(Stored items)

= = = = = = =

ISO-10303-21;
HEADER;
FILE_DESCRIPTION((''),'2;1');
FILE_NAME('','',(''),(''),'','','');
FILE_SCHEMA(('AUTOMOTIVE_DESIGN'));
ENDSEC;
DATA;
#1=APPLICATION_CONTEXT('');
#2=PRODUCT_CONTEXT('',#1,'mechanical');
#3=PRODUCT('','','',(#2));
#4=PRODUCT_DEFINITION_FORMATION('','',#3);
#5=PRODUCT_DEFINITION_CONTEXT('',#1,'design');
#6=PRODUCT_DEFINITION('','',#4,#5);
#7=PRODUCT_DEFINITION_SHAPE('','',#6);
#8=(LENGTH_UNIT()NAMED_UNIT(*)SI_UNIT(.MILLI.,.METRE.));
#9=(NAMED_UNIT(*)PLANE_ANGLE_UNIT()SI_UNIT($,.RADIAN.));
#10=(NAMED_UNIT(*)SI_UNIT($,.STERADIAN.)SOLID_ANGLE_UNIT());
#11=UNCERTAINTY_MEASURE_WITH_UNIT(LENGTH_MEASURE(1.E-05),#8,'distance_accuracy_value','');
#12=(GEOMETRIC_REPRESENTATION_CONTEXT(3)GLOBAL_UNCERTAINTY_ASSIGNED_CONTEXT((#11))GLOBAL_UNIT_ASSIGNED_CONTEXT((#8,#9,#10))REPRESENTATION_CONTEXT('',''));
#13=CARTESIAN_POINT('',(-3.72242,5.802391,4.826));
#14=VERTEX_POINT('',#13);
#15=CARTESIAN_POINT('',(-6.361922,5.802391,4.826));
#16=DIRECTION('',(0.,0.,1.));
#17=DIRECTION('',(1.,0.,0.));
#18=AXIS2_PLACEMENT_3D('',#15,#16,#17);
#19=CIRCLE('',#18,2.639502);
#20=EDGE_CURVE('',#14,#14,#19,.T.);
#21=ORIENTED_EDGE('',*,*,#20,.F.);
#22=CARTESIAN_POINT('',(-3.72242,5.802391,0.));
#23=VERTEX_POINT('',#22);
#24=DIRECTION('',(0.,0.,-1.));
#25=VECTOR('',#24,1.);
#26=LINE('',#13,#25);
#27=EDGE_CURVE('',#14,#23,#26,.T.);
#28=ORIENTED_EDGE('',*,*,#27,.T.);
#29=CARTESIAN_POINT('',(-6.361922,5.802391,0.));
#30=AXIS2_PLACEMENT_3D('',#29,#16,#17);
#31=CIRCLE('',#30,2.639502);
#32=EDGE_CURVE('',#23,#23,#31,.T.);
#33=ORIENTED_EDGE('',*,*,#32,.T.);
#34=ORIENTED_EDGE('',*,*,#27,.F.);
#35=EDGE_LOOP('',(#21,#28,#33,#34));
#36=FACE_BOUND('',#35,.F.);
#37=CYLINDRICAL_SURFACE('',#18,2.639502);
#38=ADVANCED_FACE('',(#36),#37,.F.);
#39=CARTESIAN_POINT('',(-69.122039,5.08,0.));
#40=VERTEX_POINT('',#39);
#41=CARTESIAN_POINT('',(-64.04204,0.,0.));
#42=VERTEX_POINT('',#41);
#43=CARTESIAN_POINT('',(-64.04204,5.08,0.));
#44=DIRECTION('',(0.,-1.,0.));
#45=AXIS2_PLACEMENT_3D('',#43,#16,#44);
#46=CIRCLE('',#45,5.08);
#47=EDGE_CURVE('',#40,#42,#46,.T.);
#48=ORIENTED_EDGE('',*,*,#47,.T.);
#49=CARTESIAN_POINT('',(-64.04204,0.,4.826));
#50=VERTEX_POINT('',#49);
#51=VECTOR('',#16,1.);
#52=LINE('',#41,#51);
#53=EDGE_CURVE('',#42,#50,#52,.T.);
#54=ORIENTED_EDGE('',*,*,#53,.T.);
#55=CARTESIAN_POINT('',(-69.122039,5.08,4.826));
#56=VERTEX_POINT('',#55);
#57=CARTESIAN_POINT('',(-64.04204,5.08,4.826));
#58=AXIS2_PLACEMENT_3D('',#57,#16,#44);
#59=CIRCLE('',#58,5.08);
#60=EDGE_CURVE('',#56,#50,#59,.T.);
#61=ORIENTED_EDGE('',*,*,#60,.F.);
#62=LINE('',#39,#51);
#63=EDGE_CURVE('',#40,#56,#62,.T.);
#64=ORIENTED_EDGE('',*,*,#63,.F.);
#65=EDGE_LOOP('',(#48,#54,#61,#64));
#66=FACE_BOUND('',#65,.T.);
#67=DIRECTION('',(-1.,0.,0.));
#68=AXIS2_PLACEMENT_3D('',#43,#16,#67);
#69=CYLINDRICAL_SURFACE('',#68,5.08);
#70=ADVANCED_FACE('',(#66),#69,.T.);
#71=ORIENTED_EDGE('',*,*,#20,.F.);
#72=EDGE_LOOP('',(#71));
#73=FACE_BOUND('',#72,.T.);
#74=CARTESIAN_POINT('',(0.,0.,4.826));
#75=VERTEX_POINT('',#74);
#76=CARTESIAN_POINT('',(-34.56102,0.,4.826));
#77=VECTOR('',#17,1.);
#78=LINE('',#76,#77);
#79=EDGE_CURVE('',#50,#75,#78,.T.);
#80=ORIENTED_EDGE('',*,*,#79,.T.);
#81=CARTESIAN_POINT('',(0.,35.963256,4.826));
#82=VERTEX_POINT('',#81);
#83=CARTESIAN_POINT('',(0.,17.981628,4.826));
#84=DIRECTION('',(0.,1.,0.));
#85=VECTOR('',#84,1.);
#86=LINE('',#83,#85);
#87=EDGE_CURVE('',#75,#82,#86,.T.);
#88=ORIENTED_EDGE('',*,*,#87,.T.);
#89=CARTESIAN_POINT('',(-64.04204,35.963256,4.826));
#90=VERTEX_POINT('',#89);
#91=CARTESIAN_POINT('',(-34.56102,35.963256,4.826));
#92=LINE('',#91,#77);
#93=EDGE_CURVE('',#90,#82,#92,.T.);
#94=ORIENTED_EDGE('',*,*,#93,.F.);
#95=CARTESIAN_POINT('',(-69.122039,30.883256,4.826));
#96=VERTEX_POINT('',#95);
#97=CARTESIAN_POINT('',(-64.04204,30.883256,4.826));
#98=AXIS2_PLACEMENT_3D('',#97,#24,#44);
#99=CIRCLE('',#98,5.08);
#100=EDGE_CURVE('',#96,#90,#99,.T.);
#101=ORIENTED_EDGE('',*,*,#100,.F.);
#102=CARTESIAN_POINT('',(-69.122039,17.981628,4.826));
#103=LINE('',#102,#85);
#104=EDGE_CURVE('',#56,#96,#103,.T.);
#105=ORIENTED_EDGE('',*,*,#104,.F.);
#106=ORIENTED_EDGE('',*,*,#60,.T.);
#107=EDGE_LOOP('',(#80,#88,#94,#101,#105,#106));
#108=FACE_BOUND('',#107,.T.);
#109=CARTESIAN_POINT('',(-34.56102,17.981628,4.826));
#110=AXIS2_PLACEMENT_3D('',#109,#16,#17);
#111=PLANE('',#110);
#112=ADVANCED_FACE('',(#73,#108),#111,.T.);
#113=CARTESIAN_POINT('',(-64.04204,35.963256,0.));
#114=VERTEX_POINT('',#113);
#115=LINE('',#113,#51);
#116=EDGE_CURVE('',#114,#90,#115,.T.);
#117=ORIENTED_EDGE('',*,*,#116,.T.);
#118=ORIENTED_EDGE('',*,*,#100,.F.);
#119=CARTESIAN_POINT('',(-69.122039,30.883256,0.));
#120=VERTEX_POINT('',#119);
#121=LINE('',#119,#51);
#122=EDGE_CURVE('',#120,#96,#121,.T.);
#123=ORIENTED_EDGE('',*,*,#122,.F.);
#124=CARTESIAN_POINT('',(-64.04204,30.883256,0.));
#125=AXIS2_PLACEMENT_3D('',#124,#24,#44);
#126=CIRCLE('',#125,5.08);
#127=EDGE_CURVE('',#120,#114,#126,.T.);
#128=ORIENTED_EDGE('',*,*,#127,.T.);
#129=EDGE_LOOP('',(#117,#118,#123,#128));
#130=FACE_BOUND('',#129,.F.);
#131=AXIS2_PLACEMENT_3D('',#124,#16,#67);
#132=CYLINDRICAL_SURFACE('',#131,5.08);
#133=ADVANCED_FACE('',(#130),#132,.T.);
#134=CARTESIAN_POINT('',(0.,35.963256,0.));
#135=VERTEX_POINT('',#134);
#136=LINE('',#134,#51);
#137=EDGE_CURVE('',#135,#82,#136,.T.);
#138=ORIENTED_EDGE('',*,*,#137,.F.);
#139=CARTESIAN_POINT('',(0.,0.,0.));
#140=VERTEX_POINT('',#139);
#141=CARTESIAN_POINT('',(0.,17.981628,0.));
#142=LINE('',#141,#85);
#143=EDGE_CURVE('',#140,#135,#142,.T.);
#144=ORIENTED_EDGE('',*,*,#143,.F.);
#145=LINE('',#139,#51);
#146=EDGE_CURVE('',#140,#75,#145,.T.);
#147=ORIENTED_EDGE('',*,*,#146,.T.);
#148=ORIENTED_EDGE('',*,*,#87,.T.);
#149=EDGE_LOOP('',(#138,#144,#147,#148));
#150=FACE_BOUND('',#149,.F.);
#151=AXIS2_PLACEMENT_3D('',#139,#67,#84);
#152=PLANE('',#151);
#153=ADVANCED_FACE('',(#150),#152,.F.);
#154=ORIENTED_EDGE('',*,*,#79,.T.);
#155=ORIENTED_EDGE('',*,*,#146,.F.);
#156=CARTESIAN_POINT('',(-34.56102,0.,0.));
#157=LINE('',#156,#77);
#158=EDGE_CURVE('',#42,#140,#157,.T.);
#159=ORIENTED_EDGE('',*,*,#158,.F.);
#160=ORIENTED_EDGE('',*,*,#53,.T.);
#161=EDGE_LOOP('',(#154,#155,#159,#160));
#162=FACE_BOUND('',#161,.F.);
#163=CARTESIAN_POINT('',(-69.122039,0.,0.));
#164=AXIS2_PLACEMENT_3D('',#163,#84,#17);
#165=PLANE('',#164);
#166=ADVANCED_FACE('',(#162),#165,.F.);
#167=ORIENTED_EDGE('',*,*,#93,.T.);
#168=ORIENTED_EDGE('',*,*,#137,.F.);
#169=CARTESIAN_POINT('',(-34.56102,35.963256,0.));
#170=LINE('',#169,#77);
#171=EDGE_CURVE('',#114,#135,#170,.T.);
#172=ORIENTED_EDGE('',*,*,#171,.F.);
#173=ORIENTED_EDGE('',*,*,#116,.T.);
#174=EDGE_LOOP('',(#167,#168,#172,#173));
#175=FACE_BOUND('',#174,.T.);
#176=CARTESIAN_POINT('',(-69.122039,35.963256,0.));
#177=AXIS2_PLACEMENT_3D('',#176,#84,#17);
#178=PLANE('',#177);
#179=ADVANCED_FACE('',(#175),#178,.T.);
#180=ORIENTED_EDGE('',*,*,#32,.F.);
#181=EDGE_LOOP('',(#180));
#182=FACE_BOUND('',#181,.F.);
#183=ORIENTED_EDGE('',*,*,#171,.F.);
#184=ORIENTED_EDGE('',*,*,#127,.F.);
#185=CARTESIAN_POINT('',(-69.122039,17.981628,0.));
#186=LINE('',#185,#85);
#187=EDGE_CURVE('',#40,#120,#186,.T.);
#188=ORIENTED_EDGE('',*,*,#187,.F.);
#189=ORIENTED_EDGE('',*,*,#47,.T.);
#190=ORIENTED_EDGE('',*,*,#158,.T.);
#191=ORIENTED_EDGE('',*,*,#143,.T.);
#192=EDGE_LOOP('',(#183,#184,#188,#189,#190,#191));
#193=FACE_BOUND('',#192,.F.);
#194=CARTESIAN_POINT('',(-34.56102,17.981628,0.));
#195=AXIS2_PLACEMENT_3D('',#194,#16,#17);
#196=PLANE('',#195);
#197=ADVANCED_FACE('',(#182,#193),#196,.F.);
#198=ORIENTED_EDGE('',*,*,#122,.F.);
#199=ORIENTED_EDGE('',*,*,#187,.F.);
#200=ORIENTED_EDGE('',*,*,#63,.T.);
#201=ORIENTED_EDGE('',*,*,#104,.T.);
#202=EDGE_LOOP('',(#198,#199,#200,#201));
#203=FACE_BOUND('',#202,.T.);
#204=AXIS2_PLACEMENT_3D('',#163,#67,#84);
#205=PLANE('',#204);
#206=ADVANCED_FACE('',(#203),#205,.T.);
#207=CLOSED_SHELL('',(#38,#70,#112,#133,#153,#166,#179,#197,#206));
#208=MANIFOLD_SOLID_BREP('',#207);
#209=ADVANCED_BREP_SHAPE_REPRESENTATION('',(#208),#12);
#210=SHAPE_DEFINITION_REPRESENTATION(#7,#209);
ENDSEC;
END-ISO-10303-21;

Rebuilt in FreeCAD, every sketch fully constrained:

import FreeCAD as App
import Part
import Sketcher

V = App.Vector


def edges_at(feature, points):
    """Names of the edges that pass closest to the given points."""
    edges = feature.Shape.Edges
    near = lambda p: min(range(len(edges)), key=lambda i: edges[i].distToShape(Part.Vertex(*p))[0])
    return sorted({f"Edge{near(p) + 1}" for p in points})

doc = App.newDocument("Part")
params = doc.addObject("Spreadsheet::Sheet", "Params")
for row, (alias, value) in enumerate([
    ("pad1_length", "0.19 in"),
    ("fillet_radius", "0.2 in"),
    ("fillet2_radius", "0.2 in"),
    ("pocket1_length", "1 in"),
], start=1):
    params.set(f"A{row}", alias)
    params.set(f"B{row}", "=" + value)
    params.setAlias(f"B{row}", alias)

body = doc.addObject("PartDesign::Body", "Body")

sketch1 = doc.addObject("Sketcher::SketchObject", "Sketch")
body.addObject(sketch1)
sketch1.AttachmentSupport = (doc.XY_Plane, [""])
sketch1.MapMode = "FlatFace"
sketch1.addGeometry(Part.LineSegment(V(-69.122039, 35.963256, 0), V(-69.122039, 0, 0)), False)
sketch1.addGeometry(Part.LineSegment(V(-69.122039, 0, 0), V(0, 0, 0)), False)
sketch1.addGeometry(Part.LineSegment(V(0, 0, 0), V(0, 35.963256, 0)), False)
sketch1.addGeometry(Part.LineSegment(V(0, 35.963256, 0), V(-69.122039, 35.963256, 0)), False)
sketch1.addConstraint(Sketcher.Constraint("Coincident", 0, 2, 1, 1))
sketch1.addConstraint(Sketcher.Constraint("Coincident", 1, 2, 2, 1))
sketch1.addConstraint(Sketcher.Constraint("Coincident", 2, 2, 3, 1))
sketch1.addConstraint(Sketcher.Constraint("Coincident", 3, 2, 0, 1))
sketch1.addConstraint(Sketcher.Constraint("Vertical", 0))
sketch1.addConstraint(Sketcher.Constraint("Horizontal", 1))
sketch1.addConstraint(Sketcher.Constraint("Vertical", 2))
sketch1.addConstraint(Sketcher.Constraint("Horizontal", 3))
sketch1.addConstraint(Sketcher.Constraint("Coincident", 1, 2, -1, 1))
sketch1.addConstraint(Sketcher.Constraint("DistanceX", 1, 1, 1, 2, 69.122039))
sketch1.addConstraint(Sketcher.Constraint("DistanceY", 0, 2, 0, 1, 35.963256))
pad1 = doc.addObject("PartDesign::Pad", "Pad")
body.addObject(pad1)
pad1.Profile = sketch1
pad1.setExpression("Length", "Params.pad1_length")
doc.recompute()

fillet = doc.addObject("PartDesign::Fillet", "Fillet")
body.addObject(fillet)
fillet.Base = (pad1, edges_at(pad1, [(-69.122, 0, 2.413)]))
fillet.setExpression("Radius", "Params.fillet_radius")
doc.recompute()

fillet2 = doc.addObject("PartDesign::Fillet", "Fillet001")
body.addObject(fillet2)
fillet2.Base = (fillet, edges_at(fillet, [(-69.122, 35.963, 2.413)]))
fillet2.setExpression("Radius", "Params.fillet2_radius")

sketch2 = doc.addObject("Sketcher::SketchObject", "Sketch001")
body.addObject(sketch2)
sketch2.AttachmentSupport = (doc.XY_Plane, [""])
sketch2.MapMode = "FlatFace"
sketch2.AttachmentOffset = App.Placement(V(0, 0, 0.19 * 25.4), App.Rotation())
sketch2.addGeometry(Part.Circle(V(-6.361922, 5.802391, 0), V(0, 0, 1), 2.639502), False)
sketch2.addConstraint(Sketcher.Constraint("Diameter", 0, 5.279004))
sketch2.addConstraint(Sketcher.Constraint("DistanceY", -1, 1, 0, 3, 5.802391))
sketch2.addConstraint(Sketcher.Constraint("DistanceX", 0, 3, -1, 1, 6.361922))
pocket1 = doc.addObject("PartDesign::Pocket", "Pocket")
body.addObject(pocket1)
pocket1.Profile = sketch2
pocket1.setExpression("Length", "Params.pocket1_length")

doc.recompute()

= = = = = = =

Task item: Using the entries above, output exactly the lines between the line holding "#4=PRODUCT_DEFINITION_FORMATION('','',#3);" and the line holding "#16=DIRECTION('',(0.,0.,1.));", end lines included, and nothing more.

Written reply:
#4=PRODUCT_DEFINITION_FORMATION('','',#3);
#5=PRODUCT_DEFINITION_CONTEXT('',#1,'design');
#6=PRODUCT_DEFINITION('','',#4,#5);
#7=PRODUCT_DEFINITION_SHAPE('','',#6);
#8=(LENGTH_UNIT()NAMED_UNIT(*)SI_UNIT(.MILLI.,.METRE.));
#9=(NAMED_UNIT(*)PLANE_ANGLE_UNIT()SI_UNIT($,.RADIAN.));
#10=(NAMED_UNIT(*)SI_UNIT($,.STERADIAN.)SOLID_ANGLE_UNIT());
#11=UNCERTAINTY_MEASURE_WITH_UNIT(LENGTH_MEASURE(1.E-05),#8,'distance_accuracy_value','');
#12=(GEOMETRIC_REPRESENTATION_CONTEXT(3)GLOBAL_UNCERTAINTY_ASSIGNED_CONTEXT((#11))GLOBAL_UNIT_ASSIGNED_CONTEXT((#8,#9,#10))REPRESENTATION_CONTEXT('',''));
#13=CARTESIAN_POINT('',(-3.72242,5.802391,4.826));
#14=VERTEX_POINT('',#13);
#15=CARTESIAN_POINT('',(-6.361922,5.802391,4.826));
#16=DIRECTION('',(0.,0.,1.));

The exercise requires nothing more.